Yet in this specific implementations, detector pixel can also be configured to " back side illuminated ", and above-mentioned imaging system can be configured with this back side illuminated detector pixel and jointly use.In the detection of luminescence device pixel, electromagnetic energy enters the back side of detector pixel overleaf, and directly clashes into the photosensitive area.Therefore, electromagnetic energy propagates into the photosensitive area easily, and does not need to pass through series of layers; Metal interconnected prevention electromagnetic energy in the layer arrives the photosensitive area.Aforesaid imaging system can be applied to the back side of the detector pixel of back side illuminated.

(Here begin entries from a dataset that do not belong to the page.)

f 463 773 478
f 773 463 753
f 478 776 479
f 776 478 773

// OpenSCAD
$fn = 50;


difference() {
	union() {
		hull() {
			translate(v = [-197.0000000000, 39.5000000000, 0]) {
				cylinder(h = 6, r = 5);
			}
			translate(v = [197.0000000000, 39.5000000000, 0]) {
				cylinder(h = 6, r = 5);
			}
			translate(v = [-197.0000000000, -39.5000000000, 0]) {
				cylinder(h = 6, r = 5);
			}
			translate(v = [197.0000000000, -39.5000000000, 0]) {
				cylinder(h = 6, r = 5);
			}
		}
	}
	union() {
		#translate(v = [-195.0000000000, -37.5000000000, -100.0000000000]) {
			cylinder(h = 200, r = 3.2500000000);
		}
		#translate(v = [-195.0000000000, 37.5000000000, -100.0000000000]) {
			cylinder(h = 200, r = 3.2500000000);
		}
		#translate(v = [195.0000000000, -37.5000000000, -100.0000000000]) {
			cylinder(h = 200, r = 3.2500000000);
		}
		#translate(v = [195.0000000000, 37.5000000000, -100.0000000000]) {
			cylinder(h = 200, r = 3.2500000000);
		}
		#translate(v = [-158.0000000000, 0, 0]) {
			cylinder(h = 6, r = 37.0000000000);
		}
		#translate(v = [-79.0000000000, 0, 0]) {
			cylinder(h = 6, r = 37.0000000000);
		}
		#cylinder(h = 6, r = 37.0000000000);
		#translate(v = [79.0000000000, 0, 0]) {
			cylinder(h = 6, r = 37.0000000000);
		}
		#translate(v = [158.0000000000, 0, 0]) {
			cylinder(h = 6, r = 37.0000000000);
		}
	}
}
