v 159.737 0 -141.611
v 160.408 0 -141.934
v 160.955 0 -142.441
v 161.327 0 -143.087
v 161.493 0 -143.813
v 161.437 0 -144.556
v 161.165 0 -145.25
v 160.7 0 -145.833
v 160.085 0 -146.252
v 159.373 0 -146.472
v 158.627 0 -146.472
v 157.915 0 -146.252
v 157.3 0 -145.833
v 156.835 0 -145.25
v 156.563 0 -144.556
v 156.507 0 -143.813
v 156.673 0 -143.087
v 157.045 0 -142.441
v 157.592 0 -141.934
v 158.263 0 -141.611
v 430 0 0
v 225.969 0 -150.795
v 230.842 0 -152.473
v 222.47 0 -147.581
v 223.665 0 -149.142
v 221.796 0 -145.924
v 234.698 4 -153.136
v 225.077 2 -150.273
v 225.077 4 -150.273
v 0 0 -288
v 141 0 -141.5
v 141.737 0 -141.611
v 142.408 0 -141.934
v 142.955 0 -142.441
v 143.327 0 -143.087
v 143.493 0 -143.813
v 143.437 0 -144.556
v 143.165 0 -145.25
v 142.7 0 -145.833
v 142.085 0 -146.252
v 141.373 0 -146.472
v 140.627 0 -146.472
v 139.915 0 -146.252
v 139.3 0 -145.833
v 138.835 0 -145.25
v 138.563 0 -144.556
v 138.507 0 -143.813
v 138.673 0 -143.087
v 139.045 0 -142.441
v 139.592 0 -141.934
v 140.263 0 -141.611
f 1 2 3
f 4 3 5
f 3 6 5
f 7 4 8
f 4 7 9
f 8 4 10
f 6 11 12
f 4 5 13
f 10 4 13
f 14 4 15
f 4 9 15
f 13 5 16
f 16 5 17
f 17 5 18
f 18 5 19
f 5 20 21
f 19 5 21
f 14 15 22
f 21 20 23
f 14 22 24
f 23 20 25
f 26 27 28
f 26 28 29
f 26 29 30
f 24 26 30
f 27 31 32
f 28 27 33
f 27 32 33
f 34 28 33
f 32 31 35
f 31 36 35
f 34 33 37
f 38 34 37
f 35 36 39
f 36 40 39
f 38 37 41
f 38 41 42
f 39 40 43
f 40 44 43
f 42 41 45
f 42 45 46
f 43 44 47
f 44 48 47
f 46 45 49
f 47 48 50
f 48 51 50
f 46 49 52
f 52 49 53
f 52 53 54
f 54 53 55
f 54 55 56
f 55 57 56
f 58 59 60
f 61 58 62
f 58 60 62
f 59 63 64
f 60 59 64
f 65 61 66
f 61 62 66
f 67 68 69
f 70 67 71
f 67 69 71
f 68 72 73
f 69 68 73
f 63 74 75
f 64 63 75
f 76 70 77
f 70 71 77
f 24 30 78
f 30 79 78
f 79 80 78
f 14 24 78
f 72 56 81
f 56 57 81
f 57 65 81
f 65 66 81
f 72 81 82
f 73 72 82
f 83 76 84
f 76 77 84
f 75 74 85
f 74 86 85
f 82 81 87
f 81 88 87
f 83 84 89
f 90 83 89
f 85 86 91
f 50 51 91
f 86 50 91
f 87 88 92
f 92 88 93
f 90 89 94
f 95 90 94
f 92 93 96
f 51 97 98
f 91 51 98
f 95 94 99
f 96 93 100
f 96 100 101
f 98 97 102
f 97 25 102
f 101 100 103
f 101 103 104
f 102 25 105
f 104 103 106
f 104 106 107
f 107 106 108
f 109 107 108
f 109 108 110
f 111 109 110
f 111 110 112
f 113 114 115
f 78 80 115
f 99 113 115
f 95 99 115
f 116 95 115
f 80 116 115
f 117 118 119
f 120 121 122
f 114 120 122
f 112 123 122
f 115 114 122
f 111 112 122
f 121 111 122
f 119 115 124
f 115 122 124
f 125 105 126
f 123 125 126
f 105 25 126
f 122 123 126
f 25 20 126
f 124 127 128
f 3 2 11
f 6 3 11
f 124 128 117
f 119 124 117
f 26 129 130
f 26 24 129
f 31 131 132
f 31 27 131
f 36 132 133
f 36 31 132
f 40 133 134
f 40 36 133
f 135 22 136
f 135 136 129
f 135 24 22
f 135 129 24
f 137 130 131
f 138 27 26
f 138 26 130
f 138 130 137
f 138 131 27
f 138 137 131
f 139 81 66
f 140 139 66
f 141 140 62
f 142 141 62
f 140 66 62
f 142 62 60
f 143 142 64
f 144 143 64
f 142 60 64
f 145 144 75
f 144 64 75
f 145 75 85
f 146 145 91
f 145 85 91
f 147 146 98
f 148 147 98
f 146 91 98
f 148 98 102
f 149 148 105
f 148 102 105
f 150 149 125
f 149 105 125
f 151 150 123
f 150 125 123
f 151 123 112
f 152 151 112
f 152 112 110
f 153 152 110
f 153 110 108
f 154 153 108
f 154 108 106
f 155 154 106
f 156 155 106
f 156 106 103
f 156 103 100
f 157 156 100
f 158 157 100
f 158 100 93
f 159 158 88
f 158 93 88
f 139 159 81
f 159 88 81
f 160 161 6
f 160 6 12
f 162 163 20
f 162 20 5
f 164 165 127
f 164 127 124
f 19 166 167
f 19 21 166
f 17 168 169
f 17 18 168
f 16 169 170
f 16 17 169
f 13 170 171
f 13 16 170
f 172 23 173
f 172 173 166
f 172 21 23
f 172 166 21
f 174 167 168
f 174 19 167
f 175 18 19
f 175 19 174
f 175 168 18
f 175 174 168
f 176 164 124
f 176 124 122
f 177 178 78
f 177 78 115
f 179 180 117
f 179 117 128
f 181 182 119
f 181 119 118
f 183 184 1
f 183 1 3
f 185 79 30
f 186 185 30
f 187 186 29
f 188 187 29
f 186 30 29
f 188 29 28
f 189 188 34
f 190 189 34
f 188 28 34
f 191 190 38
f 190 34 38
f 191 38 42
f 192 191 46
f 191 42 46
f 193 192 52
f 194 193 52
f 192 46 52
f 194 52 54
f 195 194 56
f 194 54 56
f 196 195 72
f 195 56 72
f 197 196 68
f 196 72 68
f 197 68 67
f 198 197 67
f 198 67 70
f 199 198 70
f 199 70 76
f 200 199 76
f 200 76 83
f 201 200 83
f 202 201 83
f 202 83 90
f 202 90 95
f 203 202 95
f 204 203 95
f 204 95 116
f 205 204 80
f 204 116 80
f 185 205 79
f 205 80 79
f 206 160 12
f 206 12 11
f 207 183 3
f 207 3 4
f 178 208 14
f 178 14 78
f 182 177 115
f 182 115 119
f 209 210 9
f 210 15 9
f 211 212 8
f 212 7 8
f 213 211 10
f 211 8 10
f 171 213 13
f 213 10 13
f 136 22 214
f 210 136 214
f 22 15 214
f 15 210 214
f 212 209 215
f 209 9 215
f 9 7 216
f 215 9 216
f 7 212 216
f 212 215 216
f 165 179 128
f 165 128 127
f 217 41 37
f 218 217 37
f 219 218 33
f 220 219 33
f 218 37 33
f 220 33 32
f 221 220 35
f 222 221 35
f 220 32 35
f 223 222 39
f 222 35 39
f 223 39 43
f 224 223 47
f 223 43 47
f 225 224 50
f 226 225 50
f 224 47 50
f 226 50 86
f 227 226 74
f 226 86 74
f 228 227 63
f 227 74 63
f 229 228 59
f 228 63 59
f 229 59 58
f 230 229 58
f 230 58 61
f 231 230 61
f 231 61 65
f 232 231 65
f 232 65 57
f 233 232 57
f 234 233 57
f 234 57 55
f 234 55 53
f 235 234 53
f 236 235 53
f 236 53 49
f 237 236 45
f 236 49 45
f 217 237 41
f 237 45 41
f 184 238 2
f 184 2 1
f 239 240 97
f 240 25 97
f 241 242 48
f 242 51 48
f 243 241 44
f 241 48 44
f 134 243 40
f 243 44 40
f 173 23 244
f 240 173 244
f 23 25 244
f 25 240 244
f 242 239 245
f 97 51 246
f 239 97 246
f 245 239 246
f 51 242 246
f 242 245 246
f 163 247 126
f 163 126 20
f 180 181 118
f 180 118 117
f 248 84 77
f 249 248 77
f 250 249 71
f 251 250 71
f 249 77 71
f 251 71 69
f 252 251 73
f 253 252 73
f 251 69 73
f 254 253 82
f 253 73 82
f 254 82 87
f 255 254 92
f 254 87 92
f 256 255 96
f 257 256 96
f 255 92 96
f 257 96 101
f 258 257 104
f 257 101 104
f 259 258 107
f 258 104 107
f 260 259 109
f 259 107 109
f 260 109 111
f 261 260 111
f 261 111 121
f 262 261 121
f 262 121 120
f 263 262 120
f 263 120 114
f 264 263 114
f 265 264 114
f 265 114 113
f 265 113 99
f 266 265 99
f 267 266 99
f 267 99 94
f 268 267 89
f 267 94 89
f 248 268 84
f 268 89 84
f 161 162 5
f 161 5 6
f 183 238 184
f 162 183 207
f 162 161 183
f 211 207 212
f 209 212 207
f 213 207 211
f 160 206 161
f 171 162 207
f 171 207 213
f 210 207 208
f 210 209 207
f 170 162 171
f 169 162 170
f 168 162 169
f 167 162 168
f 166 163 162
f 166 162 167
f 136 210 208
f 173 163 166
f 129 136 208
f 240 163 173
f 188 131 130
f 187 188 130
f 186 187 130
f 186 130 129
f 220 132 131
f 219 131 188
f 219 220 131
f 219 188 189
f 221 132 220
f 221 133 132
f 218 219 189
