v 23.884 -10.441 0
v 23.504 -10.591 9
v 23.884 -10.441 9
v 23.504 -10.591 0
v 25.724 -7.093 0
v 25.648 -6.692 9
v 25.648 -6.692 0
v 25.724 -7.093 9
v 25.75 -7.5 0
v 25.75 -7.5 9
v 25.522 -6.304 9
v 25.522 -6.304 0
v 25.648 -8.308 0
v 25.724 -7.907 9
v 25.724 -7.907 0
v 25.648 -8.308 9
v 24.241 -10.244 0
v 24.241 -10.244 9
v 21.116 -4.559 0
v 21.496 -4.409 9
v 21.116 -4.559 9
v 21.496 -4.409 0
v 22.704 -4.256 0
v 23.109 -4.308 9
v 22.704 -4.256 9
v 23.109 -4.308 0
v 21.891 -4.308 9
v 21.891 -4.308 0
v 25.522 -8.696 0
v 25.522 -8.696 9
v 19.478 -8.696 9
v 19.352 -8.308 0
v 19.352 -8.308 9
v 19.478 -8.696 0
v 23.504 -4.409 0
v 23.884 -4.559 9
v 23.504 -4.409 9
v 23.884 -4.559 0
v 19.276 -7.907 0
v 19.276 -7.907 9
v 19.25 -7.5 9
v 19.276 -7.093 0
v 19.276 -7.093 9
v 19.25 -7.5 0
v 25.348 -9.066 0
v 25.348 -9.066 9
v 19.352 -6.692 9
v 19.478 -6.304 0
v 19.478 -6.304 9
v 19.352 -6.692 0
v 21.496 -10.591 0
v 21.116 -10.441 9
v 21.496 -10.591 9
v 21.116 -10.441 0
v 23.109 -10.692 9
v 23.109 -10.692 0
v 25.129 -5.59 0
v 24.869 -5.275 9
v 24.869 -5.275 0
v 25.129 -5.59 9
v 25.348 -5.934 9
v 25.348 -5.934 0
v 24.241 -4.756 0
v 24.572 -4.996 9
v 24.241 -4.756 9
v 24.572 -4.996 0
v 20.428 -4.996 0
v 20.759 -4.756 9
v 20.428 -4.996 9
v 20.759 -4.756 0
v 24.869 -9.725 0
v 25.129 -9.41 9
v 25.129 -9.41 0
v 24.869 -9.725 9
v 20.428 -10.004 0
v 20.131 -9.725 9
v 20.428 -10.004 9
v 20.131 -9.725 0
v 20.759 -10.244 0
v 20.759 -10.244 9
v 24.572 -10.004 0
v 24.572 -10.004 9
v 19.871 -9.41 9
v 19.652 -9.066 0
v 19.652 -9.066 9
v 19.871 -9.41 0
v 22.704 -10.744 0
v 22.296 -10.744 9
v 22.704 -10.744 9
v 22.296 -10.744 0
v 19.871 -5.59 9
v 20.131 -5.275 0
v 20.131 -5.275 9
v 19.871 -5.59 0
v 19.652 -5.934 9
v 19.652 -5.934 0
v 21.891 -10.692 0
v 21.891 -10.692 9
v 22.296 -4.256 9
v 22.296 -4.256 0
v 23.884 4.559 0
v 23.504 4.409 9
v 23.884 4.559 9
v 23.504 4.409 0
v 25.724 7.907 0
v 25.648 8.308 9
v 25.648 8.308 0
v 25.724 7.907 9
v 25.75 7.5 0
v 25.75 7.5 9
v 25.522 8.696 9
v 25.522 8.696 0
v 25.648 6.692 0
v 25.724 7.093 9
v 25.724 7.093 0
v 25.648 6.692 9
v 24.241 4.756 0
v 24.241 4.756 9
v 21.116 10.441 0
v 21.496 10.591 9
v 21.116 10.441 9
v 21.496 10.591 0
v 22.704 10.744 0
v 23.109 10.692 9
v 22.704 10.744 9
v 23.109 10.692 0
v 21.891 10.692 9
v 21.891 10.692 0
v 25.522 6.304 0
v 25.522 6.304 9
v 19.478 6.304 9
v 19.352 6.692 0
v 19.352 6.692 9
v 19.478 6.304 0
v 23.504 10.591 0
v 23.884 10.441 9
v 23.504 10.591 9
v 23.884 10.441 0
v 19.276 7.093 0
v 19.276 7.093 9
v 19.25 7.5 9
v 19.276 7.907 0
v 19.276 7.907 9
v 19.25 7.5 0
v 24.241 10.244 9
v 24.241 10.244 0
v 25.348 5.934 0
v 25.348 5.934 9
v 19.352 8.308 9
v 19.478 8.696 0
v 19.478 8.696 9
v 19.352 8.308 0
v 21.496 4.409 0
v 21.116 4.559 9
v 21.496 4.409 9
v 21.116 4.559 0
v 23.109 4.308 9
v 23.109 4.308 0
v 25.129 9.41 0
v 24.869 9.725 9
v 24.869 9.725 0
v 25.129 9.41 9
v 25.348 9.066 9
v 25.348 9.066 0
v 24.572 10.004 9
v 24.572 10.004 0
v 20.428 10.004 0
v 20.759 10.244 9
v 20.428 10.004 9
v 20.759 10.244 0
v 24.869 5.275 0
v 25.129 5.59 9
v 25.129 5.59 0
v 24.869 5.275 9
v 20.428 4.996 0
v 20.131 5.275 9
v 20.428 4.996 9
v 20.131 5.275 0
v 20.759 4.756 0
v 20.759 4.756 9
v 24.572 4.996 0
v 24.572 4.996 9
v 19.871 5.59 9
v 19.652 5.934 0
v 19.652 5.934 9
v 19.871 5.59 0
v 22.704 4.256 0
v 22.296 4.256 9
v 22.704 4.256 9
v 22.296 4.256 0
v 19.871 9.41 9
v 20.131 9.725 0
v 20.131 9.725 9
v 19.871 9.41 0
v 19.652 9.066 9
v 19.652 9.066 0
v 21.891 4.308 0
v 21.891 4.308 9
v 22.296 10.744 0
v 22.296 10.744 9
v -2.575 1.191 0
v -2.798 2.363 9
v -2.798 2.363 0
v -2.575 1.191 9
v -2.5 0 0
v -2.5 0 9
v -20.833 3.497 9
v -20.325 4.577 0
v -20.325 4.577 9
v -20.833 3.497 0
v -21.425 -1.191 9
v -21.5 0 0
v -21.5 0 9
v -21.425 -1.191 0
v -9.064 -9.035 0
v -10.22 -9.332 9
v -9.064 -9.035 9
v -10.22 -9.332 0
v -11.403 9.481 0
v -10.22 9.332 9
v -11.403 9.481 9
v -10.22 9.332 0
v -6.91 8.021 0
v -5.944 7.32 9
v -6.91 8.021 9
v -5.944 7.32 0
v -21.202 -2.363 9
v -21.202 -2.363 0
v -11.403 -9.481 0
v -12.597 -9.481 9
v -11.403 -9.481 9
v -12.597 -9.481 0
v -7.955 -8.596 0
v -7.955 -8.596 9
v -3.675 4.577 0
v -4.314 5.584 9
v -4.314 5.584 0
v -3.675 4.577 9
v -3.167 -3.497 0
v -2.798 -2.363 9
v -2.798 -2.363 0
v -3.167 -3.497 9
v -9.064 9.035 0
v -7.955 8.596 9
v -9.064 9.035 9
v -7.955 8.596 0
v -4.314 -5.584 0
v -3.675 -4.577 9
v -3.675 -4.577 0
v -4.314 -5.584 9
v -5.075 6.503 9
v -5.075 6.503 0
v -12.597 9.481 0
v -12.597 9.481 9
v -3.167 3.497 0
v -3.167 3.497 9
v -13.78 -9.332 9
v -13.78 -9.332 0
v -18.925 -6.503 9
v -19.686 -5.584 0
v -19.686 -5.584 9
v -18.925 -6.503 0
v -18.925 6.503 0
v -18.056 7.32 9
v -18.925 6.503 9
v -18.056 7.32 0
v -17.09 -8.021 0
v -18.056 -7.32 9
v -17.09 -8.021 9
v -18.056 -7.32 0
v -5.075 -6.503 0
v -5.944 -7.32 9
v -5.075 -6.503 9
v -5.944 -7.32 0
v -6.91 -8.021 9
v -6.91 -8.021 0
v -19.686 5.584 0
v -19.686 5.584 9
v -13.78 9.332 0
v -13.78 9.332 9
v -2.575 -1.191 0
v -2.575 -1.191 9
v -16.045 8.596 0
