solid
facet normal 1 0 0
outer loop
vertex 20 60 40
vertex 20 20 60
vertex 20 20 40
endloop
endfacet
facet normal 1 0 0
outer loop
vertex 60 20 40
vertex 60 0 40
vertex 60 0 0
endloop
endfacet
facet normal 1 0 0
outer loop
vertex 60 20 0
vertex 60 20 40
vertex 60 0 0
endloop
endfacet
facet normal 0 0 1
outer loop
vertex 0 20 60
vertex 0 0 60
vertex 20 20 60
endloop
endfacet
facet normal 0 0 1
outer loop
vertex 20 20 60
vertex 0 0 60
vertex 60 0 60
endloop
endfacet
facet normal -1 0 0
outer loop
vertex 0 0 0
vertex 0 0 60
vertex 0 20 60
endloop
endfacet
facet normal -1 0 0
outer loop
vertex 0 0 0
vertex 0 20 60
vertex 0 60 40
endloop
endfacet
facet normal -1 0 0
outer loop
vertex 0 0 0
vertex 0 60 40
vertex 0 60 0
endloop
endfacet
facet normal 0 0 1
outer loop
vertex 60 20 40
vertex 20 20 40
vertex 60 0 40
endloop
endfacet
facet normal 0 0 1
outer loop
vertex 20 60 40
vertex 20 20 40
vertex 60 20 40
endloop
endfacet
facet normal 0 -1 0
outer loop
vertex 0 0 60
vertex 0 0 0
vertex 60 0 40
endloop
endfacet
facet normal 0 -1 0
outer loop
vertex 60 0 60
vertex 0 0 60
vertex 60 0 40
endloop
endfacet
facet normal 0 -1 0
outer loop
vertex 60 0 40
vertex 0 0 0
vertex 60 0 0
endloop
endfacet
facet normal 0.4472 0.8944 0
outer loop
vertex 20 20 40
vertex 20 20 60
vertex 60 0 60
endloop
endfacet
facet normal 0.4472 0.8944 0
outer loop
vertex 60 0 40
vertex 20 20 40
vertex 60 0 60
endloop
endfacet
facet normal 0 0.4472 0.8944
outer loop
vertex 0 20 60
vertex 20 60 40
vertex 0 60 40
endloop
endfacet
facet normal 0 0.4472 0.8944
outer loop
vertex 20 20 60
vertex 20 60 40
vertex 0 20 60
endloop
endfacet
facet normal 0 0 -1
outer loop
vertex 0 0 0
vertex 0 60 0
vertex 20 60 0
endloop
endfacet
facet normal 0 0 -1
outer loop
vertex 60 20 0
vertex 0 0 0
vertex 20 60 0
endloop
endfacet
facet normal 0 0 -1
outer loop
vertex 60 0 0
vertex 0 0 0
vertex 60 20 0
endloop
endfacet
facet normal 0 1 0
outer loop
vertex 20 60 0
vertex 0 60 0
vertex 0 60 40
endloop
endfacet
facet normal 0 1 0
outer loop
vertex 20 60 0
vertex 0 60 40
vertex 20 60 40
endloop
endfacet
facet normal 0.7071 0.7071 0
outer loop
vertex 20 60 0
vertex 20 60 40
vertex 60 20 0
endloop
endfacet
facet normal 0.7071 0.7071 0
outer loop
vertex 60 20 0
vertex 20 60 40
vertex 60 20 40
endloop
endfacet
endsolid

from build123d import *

# Parameters (mm, degrees)
CROQUIS1_W              = 60
CROQUIS1_H              = 60
SALIENTE_EXTRUIR1_DEPTH = 60
CROQUIS6_W              = 40
CROQUIS6_H              = 20
CORTAR_EXTRUIR2_DEPTH   = 40
CORTAR_EXTRUIR3_DEPTH   = 60
CORTAR_EXTRUIR4_DEPTH   = 20
CORTAR_EXTRUIR5_DEPTH   = 20


with BuildPart() as part:
    # Croquis1 → Saliente-Extruir1 (new body)
    with BuildSketch(Plane(origin=(0, 0, 0), x_dir=(1, 0, 0), z_dir=(0, 1, 0))):
        with Locations((30, -30)):
            Rectangle(CROQUIS1_W, CROQUIS1_H)
    extrude(amount=SALIENTE_EXTRUIR1_DEPTH)

    # Croquis6 → Cortar-Extruir2 (cut)
    with BuildSketch(Plane(origin=(0, 60, 0), x_dir=(1, 0, 0), z_dir=(0, 1, 0))):
        with Locations((40, -50)):
            Rectangle(CROQUIS6_W, CROQUIS6_H)
    extrude(amount=-CORTAR_EXTRUIR2_DEPTH, mode=Mode.SUBTRACT)

    # Croquis2 → Cortar-Extruir3 (cut)
    with BuildSketch(Plane.XY.offset(60)):
        Polygon((60, 60), (20, 60), (60, 20), align=None)
    extrude(amount=-CORTAR_EXTRUIR3_DEPTH, mode=Mode.SUBTRACT)

    # Croquis7 → Cortar-Extruir4 (cut)
    with BuildSketch(Plane.XY.offset(60)):
        Polygon((20, 20), (60, 0), (60, 20), align=None)
    extrude(amount=-CORTAR_EXTRUIR4_DEPTH, mode=Mode.SUBTRACT)

    # Croquis8 → Cortar-Extruir5 (cut)
    with BuildSketch(Plane(origin=(20, 0, 0), x_dir=(0, 0, -1), z_dir=(1, 0, 0))):
        Polygon((-40, 60), (-60, 20), (-60, 60), align=None)
    extrude(amount=-CORTAR_EXTRUIR5_DEPTH, mode=Mode.SUBTRACT)


solid = part.part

In manufacture process, the back side of detector pixel is covered by thick silicon wafer usually.This silicon wafer must pass through for example etching or grinding wafers attenuation, arrives the photosensitive area so that electromagnetic energy can penetrate wafer.Figure 40 4 shows the detector pixel 12290 that comprises silicon wafer 12308 and 12310 and 12292 cross-sectional view.Each silicon wafer 12308 and 12310 comprises zone 12306, and it comprises photosensitive area 12298.Silicon wafer 12308 is a kind of silicon-on-insulator (" SOI ") wafers that are commonly referred to, and also comprises further silicon part 12294 and oxygen buried layer 12304; Silicon wafer 12310 also comprises further silicon part 12296.Further silicon part 12294 and 12296 must be removed, thereby electromagnetic energy 18 can arrive photosensitive area 12298.After having removed further silicon part 12294, detector pixel 12290 will have the back side 12300, and after having removed extra silicon layer 12296, detector pixel 12292 will have the back side 12302.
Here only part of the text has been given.